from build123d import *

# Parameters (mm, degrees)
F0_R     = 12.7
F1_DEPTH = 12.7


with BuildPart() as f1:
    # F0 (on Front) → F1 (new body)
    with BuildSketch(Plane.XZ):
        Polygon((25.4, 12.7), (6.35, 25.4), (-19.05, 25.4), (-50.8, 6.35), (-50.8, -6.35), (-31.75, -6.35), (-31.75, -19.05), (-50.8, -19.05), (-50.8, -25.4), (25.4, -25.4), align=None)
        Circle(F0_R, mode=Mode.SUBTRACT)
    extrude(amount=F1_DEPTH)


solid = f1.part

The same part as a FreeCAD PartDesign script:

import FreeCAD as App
import Part
import Sketcher

V = App.Vector
Q = App.Units.Quantity


def add_polygon(sketch, points):
    """Adds a closed chain of lines whose ends are joined by coincident constraints."""
    first, n = sketch.GeometryCount, len(points)
    for a, b in zip(points, points[1:] + points[:1]):
        sketch.addGeometry(Part.LineSegment(App.Vector(*a, 0), App.Vector(*b, 0)), False)
    for i in range(n):
        sketch.addConstraint(Sketcher.Constraint("Coincident", first + i, 2, first + (i + 1) % n, 1))

doc = App.newDocument("Part")
body = doc.addObject("PartDesign::Body", "Body")

# Sketch on XZ plane
sketch1 = body.newObject("Sketcher::SketchObject", "Sketch")
sketch1.AttachmentSupport = (doc.getObject("XZ_Plane"), [""])
sketch1.MapMode = "FlatFace"
add_polygon(sketch1, [(25, 13), (6, 25), (-19, 25), (-51, 6), (-51, -6), (-32, -6), (-32, -19), (-51, -19), (-51, -25), (25, -25)])  # lines 0-9
sketch1.addGeometry(Part.Circle(V(0, 0, 0), V(0, 0, 1), 13), False)  # 10
sketch1.addConstraint([
    Sketcher.Constraint("Horizontal", 1),
    Sketcher.Constraint("Vertical", 3),
    Sketcher.Constraint("Horizontal", 4),
    Sketcher.Constraint("Vertical", 5),
    Sketcher.Constraint("Horizontal", 6),
    Sketcher.Constraint("Vertical", 7),
    Sketcher.Constraint("Horizontal", 8),
    Sketcher.Constraint("Vertical", 9),
    Sketcher.Constraint("Coincident", 10, 3, -1, 1),
    Sketcher.Constraint("Vertical", 3, 2, 6, 2),
    Sketcher.Constraint("Equal", 3, 5),
    Sketcher.Constraint("Diameter", 10, Q("1 in")),
    Sketcher.Constraint("DistanceX", 1, 2, 1, 1, Q("1 in")),
    Sketcher.Constraint("DistanceX", 8, 1, 8, 2, Q("3 in")),
    Sketcher.Constraint("DistanceY", 3, 2, 3, 1, Q("0.5 in")),
    Sketcher.Constraint("DistanceY", 9, 1, 9, 2, Q("1.5 in")),
    Sketcher.Constraint("DistanceY", -1, 1, 0, 2, Q("1 in")),
    Sketcher.Constraint("DistanceX", 2, 2, -1, 1, Q("2 in")),
    Sketcher.Constraint("DistanceY", 7, 2, -1, 1, Q("1 in")),
    Sketcher.Constraint("DistanceX", 4, 1, 4, 2, Q("0.75 in")),
    Sketcher.Constraint("DistanceY", 7, 2, 7, 1, Q("0.25 in")),
    Sketcher.Constraint("DistanceX", 4, 2, 1, 2, Q("0.5 in")),
])
pad1 = body.newObject("PartDesign::Pad", "Pad")
pad1.Profile = sketch1
pad1.Length = Q("0.5 in")

doc.recompute()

__________________________________________________

● **WHAT YOU HAVE TO DO**: Out of the material above, output word for word the line with "# Parameters (mm, degrees)", the line with "The same part", and all lines between them, with nothing else.

● **ANSWER TO THIS PROBLEM**:
# Parameters (mm, degrees)
F0_R     = 12.7
F1_DEPTH = 12.7


with BuildPart() as f1:
    # F0 (on Front) → F1 (new body)
    with BuildSketch(Plane.XZ):
        Polygon((25.4, 12.7), (6.35, 25.4), (-19.05, 25.4), (-50.8, 6.35), (-50.8, -6.35), (-31.75, -6.35), (-31.75, -19.05), (-50.8, -19.05), (-50.8, -25.4), (25.4, -25.4), align=None)
        Circle(F0_R, mode=Mode.SUBTRACT)
    extrude(amount=F1_DEPTH)


solid = f1.part

The same part as a FreeCAD PartDesign script:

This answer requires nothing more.